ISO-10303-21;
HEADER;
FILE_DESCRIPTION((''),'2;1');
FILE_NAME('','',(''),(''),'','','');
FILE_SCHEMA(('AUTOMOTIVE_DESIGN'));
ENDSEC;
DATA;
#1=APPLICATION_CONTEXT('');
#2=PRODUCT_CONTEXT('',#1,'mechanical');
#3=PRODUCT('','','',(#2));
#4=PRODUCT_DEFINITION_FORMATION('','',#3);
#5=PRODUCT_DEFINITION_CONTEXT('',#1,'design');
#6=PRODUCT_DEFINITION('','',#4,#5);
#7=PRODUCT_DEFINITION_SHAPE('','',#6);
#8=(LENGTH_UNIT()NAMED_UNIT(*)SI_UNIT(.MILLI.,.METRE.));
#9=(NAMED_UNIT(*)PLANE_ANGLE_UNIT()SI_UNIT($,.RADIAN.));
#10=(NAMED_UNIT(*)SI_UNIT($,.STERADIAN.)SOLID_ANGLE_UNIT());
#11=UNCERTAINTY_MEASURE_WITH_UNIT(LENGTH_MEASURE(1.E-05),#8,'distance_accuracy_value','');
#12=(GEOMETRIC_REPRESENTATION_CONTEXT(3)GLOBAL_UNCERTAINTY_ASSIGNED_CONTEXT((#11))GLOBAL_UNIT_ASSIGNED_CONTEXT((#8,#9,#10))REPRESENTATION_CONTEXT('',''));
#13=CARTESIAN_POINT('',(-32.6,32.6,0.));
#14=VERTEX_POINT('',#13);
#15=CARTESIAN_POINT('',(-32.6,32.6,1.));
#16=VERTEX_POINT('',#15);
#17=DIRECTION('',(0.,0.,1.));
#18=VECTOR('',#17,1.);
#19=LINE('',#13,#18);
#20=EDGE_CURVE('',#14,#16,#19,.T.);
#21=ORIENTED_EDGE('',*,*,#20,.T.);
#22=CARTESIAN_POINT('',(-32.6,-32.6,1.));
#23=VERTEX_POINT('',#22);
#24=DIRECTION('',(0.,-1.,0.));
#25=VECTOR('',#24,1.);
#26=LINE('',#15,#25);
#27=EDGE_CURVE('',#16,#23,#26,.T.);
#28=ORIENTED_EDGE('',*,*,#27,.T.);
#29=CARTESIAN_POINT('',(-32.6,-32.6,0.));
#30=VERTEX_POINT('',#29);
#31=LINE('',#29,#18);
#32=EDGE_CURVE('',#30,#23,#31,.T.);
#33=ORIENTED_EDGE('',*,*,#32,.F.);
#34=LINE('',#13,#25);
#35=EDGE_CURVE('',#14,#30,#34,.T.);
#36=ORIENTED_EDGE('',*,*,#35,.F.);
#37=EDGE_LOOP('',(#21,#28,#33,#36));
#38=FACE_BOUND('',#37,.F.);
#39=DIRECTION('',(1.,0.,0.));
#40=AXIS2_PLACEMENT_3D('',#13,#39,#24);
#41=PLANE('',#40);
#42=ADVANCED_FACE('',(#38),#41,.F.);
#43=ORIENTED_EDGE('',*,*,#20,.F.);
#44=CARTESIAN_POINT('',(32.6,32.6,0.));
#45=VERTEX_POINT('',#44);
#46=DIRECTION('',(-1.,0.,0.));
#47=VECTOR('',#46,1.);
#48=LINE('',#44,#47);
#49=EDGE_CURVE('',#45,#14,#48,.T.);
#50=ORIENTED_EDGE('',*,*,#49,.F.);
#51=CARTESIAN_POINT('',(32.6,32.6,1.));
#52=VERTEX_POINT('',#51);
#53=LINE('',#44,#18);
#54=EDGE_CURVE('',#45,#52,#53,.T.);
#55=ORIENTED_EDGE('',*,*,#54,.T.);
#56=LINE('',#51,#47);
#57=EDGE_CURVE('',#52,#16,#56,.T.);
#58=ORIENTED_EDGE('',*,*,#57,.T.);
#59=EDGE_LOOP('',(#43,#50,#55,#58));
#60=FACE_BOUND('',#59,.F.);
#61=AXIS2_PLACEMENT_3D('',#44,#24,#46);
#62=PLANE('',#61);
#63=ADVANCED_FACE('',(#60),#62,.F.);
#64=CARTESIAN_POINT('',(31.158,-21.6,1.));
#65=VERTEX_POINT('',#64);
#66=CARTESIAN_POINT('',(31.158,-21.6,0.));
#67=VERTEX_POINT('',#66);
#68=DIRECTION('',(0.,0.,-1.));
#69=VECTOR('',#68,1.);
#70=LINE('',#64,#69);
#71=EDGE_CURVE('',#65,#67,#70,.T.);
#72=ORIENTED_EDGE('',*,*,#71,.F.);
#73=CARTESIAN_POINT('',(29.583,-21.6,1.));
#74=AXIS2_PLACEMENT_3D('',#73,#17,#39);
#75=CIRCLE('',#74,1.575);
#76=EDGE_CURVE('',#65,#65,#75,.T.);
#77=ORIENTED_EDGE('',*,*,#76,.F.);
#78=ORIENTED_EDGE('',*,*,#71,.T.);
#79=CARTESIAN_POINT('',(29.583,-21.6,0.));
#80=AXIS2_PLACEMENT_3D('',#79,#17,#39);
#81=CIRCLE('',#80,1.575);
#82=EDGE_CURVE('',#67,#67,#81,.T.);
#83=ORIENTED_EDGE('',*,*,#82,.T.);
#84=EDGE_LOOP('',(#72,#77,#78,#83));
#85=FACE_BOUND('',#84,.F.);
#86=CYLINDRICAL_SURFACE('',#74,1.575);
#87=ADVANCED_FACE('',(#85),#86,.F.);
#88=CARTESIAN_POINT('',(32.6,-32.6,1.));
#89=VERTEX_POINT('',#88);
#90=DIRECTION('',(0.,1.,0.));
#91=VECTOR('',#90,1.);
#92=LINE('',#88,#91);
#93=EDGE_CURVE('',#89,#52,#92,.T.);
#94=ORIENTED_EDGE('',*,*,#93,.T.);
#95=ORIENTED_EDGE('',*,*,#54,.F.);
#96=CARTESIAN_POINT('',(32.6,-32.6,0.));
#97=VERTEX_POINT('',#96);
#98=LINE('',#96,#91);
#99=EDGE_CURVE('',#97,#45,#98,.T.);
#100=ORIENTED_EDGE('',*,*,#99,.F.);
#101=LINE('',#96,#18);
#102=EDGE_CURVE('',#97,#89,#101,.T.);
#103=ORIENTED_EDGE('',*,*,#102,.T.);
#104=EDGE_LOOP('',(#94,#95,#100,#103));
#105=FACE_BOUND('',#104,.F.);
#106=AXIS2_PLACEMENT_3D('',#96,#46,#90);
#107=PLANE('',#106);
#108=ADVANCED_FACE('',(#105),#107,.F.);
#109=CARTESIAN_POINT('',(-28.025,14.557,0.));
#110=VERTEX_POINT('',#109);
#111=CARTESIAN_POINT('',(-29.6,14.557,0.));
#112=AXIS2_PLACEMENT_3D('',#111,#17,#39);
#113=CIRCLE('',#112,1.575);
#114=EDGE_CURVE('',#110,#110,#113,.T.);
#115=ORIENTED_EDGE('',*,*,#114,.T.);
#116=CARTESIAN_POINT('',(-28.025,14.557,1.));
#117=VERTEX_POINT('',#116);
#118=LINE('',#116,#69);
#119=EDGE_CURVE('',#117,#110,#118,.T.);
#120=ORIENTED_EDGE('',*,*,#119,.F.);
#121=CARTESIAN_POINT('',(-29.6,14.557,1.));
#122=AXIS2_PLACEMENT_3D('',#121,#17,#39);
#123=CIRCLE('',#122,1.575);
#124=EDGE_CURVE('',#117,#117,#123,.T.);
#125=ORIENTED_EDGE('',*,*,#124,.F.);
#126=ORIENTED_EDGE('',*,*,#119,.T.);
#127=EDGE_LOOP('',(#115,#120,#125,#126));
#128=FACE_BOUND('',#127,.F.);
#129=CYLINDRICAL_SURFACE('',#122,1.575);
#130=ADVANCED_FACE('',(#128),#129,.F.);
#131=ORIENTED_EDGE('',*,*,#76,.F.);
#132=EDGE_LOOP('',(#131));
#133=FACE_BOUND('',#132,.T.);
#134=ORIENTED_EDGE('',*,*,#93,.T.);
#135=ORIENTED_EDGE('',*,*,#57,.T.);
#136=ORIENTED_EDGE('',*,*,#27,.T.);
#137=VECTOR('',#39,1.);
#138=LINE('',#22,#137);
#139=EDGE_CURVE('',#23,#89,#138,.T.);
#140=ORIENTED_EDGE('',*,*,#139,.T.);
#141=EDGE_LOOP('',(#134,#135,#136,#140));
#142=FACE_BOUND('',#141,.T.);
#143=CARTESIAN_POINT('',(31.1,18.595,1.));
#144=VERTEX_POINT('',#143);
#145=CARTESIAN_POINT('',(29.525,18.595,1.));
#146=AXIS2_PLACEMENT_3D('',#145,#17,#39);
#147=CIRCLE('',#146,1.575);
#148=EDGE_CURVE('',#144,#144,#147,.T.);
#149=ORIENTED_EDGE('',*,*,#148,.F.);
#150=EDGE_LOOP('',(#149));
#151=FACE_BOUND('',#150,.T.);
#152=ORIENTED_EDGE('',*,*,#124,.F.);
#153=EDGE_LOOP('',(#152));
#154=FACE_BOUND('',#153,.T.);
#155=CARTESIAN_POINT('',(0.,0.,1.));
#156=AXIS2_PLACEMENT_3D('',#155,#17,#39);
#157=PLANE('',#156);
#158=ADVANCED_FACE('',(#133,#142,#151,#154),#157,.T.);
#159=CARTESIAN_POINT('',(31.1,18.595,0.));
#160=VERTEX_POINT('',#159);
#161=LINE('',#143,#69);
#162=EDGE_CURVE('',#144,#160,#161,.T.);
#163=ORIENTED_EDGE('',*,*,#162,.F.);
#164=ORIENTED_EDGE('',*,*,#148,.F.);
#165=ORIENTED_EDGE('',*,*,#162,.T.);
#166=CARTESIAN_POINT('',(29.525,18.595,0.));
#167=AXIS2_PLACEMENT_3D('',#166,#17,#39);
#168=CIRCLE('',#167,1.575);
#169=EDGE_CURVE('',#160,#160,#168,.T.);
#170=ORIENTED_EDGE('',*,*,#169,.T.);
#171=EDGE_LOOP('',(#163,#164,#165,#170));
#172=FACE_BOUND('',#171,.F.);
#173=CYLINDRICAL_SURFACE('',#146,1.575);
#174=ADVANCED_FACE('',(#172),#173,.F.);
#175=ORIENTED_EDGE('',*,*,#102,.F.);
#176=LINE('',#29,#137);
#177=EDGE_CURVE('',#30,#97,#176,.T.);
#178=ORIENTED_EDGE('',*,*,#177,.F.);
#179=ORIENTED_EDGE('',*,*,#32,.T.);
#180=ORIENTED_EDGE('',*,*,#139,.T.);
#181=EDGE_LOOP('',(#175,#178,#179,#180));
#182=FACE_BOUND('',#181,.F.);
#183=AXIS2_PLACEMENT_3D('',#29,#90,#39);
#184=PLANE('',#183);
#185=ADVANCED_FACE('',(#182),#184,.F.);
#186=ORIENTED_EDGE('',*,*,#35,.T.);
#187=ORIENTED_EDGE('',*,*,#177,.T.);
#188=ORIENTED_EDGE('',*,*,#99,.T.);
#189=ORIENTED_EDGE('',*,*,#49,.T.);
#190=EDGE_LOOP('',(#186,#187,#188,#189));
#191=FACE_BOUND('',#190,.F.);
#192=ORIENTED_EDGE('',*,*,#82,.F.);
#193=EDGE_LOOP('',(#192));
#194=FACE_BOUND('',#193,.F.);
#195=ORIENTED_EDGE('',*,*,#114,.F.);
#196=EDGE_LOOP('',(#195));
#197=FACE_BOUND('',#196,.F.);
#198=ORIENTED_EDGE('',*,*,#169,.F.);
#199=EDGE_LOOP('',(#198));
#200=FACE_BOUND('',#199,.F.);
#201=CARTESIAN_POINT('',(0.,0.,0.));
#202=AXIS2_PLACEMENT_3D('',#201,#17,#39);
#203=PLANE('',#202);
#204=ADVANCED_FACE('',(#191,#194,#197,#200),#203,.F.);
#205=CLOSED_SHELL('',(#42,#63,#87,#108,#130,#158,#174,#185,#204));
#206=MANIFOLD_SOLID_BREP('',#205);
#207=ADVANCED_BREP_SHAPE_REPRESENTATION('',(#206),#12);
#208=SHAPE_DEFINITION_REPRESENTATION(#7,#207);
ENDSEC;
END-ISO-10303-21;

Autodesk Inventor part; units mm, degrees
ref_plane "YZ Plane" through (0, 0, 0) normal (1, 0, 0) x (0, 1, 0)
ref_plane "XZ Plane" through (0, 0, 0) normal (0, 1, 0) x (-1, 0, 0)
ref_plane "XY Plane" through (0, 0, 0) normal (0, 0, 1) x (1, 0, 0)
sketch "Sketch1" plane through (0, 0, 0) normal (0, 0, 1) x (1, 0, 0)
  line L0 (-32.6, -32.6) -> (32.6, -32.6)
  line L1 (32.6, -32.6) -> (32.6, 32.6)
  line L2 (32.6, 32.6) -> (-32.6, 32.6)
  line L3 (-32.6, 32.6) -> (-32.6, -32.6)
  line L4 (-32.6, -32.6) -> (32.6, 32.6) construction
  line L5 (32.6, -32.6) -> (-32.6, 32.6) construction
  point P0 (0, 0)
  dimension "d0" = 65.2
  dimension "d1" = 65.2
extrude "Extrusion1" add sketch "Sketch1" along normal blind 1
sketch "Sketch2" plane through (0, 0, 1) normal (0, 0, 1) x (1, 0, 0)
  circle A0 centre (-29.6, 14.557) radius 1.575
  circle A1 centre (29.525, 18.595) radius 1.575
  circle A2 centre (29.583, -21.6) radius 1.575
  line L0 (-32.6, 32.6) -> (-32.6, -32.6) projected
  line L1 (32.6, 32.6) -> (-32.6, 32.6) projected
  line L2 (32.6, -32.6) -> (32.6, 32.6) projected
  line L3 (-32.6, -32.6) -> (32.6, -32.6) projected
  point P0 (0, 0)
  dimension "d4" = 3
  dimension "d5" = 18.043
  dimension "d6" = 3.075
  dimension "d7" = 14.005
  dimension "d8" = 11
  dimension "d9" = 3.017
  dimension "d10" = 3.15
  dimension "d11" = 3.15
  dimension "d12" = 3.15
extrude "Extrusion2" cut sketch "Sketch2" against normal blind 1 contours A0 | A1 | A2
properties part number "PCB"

_ _ _ _

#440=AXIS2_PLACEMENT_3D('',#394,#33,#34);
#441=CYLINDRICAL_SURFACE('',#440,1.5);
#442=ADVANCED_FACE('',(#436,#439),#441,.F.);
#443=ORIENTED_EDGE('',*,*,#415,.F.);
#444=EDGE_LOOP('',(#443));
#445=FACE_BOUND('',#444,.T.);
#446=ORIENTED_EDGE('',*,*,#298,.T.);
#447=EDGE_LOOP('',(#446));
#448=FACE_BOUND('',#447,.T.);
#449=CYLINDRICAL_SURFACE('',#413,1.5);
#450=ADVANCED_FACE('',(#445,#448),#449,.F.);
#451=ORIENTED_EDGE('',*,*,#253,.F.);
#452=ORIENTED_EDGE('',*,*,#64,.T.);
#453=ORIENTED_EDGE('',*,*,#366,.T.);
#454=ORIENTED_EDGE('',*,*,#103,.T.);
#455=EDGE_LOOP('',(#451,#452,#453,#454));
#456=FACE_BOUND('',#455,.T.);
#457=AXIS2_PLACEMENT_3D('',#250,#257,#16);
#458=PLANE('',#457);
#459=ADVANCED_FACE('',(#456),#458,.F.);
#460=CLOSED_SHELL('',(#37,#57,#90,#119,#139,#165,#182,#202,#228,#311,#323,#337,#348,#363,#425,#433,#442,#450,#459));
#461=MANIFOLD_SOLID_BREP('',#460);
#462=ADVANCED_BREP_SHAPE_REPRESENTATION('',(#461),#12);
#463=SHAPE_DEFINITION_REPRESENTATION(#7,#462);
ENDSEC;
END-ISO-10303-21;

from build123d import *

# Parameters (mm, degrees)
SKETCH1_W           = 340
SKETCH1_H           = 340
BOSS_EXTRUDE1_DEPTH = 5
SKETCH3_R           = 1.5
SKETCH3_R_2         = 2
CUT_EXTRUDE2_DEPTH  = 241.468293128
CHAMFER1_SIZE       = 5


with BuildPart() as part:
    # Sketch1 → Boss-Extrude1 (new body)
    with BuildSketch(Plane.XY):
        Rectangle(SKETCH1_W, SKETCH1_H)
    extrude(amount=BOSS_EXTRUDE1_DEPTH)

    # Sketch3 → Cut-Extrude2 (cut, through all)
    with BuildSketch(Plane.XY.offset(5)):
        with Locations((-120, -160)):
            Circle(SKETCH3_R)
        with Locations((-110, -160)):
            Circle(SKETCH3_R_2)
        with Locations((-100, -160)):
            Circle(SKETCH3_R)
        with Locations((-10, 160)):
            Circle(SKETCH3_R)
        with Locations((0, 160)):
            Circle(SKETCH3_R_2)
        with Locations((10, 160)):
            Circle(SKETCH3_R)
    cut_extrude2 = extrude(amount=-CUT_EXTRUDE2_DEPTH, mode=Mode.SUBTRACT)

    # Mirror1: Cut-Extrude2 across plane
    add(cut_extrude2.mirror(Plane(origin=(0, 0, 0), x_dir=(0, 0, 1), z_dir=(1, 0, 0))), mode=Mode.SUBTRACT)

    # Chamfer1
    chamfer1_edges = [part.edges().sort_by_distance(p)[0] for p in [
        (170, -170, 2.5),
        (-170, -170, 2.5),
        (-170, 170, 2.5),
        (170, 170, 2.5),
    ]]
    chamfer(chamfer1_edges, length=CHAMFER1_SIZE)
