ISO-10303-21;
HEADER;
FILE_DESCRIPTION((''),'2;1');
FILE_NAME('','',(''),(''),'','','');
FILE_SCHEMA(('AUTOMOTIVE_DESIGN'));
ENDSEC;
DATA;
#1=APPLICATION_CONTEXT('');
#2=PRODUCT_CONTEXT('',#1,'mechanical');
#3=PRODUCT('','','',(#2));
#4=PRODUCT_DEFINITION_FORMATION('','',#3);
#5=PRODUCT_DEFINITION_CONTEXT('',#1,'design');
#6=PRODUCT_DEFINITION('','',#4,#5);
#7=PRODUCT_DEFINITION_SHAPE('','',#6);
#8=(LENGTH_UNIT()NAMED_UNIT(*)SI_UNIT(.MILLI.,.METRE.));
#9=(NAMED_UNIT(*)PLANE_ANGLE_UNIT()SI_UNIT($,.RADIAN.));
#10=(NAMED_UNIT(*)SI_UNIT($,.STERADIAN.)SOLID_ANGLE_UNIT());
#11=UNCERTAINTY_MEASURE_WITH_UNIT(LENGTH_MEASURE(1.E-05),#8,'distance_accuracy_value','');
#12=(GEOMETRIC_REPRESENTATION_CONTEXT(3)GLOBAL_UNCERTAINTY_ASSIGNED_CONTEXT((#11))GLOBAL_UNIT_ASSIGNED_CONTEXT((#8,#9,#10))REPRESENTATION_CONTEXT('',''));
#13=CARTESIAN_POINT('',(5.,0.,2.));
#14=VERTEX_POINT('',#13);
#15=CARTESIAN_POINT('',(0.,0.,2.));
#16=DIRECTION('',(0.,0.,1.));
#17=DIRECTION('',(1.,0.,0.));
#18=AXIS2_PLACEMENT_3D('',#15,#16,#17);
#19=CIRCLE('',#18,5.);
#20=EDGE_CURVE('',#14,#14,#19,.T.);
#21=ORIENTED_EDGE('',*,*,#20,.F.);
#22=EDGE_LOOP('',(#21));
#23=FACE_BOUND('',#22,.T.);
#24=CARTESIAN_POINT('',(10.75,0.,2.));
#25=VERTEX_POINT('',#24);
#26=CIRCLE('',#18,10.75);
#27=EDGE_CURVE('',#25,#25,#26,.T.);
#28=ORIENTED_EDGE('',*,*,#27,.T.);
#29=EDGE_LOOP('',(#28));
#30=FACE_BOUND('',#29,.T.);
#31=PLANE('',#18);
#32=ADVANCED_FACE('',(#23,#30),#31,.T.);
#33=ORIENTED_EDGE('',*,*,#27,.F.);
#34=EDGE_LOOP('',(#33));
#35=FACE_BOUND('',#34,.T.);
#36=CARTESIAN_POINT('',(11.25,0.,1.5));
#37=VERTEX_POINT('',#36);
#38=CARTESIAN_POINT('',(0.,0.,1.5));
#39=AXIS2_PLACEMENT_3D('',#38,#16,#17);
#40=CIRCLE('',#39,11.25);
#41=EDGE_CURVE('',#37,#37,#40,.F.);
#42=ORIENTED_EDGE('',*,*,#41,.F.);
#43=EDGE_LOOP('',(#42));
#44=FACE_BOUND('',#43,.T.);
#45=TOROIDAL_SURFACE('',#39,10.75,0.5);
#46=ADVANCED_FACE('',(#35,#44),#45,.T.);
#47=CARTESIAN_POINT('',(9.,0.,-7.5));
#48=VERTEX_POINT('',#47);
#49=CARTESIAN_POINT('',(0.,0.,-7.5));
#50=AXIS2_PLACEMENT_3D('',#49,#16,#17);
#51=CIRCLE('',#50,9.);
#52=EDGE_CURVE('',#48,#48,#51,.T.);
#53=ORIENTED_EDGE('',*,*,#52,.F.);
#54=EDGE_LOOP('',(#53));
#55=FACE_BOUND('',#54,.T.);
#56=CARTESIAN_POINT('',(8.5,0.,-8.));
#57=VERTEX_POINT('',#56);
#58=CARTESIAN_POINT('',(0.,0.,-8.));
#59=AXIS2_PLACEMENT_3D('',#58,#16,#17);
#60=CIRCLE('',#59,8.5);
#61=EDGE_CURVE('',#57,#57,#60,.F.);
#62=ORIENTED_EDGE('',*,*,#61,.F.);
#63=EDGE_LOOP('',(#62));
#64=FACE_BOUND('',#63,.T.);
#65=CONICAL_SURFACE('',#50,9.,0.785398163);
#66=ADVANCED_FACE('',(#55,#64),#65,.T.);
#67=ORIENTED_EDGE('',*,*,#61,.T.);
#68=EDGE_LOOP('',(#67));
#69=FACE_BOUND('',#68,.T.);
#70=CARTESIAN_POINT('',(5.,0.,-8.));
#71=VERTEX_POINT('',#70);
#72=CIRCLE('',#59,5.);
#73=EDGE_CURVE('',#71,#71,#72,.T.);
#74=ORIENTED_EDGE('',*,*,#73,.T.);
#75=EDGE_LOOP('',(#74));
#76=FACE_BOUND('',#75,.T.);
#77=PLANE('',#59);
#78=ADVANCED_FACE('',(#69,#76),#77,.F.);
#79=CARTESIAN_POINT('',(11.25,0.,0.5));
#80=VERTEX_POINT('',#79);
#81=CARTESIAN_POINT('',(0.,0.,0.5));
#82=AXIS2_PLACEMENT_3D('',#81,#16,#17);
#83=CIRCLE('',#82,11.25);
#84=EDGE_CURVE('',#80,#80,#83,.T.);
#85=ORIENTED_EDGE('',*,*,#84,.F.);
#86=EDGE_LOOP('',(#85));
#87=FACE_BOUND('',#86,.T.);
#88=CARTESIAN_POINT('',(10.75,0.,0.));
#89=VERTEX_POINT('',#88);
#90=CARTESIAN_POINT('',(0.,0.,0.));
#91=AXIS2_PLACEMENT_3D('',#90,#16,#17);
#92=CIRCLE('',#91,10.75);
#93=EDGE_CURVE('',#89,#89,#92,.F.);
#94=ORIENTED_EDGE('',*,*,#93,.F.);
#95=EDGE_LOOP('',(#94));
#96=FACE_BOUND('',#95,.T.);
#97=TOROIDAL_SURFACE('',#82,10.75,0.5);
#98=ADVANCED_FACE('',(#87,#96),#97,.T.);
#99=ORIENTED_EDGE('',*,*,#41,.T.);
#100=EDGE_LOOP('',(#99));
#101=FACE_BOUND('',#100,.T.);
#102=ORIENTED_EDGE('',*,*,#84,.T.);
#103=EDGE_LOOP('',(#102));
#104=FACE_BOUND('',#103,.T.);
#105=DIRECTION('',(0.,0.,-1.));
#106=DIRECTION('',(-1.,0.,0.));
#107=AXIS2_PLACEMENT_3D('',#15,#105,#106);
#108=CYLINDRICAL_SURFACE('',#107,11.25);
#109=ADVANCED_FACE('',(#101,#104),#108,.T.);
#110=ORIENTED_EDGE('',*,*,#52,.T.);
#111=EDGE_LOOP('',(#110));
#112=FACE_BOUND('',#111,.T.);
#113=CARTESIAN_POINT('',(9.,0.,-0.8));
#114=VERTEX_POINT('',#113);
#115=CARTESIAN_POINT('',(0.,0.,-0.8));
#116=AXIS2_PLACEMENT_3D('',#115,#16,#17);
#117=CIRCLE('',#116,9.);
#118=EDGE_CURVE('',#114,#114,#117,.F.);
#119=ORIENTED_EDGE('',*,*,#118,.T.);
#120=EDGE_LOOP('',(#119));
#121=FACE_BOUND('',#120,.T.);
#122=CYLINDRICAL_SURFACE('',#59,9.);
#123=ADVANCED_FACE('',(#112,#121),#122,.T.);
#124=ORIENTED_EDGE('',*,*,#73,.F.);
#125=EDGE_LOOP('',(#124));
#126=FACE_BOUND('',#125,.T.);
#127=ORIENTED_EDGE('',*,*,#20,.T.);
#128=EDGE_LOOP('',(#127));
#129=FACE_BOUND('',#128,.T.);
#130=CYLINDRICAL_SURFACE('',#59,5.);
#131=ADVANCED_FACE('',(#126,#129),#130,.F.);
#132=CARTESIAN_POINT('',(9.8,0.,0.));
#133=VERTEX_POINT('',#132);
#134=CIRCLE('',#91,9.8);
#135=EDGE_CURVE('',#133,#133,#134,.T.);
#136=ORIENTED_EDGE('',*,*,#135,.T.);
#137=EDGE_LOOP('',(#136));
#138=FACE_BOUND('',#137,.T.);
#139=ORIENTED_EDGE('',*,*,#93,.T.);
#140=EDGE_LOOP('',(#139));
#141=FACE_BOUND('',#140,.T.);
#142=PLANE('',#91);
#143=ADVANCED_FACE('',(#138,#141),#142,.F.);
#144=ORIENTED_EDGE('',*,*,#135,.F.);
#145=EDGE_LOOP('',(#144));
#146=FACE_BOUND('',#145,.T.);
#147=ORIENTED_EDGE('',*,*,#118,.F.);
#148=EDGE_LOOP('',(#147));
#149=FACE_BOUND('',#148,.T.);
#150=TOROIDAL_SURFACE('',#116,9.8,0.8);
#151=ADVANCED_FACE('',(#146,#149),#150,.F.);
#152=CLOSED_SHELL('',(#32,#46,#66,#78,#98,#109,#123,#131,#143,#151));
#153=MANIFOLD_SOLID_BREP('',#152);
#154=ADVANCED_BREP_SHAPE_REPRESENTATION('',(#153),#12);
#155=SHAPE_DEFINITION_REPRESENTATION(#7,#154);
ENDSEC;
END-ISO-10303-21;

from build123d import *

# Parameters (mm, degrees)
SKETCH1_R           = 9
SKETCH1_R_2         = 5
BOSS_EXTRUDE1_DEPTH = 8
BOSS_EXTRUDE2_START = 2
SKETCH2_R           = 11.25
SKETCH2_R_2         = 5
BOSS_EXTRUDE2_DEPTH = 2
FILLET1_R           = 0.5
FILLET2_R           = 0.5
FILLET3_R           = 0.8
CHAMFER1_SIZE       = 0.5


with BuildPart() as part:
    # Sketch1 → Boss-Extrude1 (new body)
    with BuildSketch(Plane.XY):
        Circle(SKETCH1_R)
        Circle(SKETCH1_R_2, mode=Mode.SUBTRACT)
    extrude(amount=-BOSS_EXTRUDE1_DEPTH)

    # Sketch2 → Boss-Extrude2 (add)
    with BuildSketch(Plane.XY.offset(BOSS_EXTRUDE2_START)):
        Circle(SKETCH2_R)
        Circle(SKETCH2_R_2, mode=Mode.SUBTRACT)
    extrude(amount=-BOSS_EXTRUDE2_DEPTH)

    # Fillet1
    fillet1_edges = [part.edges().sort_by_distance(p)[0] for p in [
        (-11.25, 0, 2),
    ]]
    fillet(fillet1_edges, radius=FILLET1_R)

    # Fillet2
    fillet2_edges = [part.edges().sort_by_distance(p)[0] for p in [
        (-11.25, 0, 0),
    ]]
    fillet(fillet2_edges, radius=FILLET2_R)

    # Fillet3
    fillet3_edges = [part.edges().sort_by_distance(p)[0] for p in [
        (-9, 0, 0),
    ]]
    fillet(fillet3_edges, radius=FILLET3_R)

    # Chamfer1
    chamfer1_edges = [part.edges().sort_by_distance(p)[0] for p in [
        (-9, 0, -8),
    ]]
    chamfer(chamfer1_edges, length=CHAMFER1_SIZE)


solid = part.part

_ _ _ _

▶ **WHAT IS BEING ASKED**
Your answer must consist solely of the lines above between the line holding "#82=EDGE_CURVE('',#67,#67,#81,.T.);" and the line holding "#108=ADVANCED_FACE('',(#105),#107,.F.);", inclusive, copied exactly.

▶ **SOLUTION TO THIS TASK**
#82=EDGE_CURVE('',#67,#67,#81,.T.);
#83=ORIENTED_EDGE('',*,*,#82,.T.);
#84=EDGE_LOOP('',(#72,#77,#78,#83));
#85=FACE_BOUND('',#84,.F.);
#86=CYLINDRICAL_SURFACE('',#74,1.575);
#87=ADVANCED_FACE('',(#85),#86,.F.);
#88=CARTESIAN_POINT('',(32.6,-32.6,1.));
#89=VERTEX_POINT('',#88);
#90=DIRECTION('',(0.,1.,0.));
#91=VECTOR('',#90,1.);
#92=LINE('',#88,#91);
#93=EDGE_CURVE('',#89,#52,#92,.T.);
#94=ORIENTED_EDGE('',*,*,#93,.T.);
#95=ORIENTED_EDGE('',*,*,#54,.F.);
#96=CARTESIAN_POINT('',(32.6,-32.6,0.));
#97=VERTEX_POINT('',#96);
#98=LINE('',#96,#91);
#99=EDGE_CURVE('',#97,#45,#98,.T.);
#100=ORIENTED_EDGE('',*,*,#99,.F.);
#101=LINE('',#96,#18);
#102=EDGE_CURVE('',#97,#89,#101,.T.);
#103=ORIENTED_EDGE('',*,*,#102,.T.);
#104=EDGE_LOOP('',(#94,#95,#100,#103));
#105=FACE_BOUND('',#104,.F.);
#106=AXIS2_PLACEMENT_3D('',#96,#46,#90);
#107=PLANE('',#106);
#108=ADVANCED_FACE('',(#105),#107,.F.);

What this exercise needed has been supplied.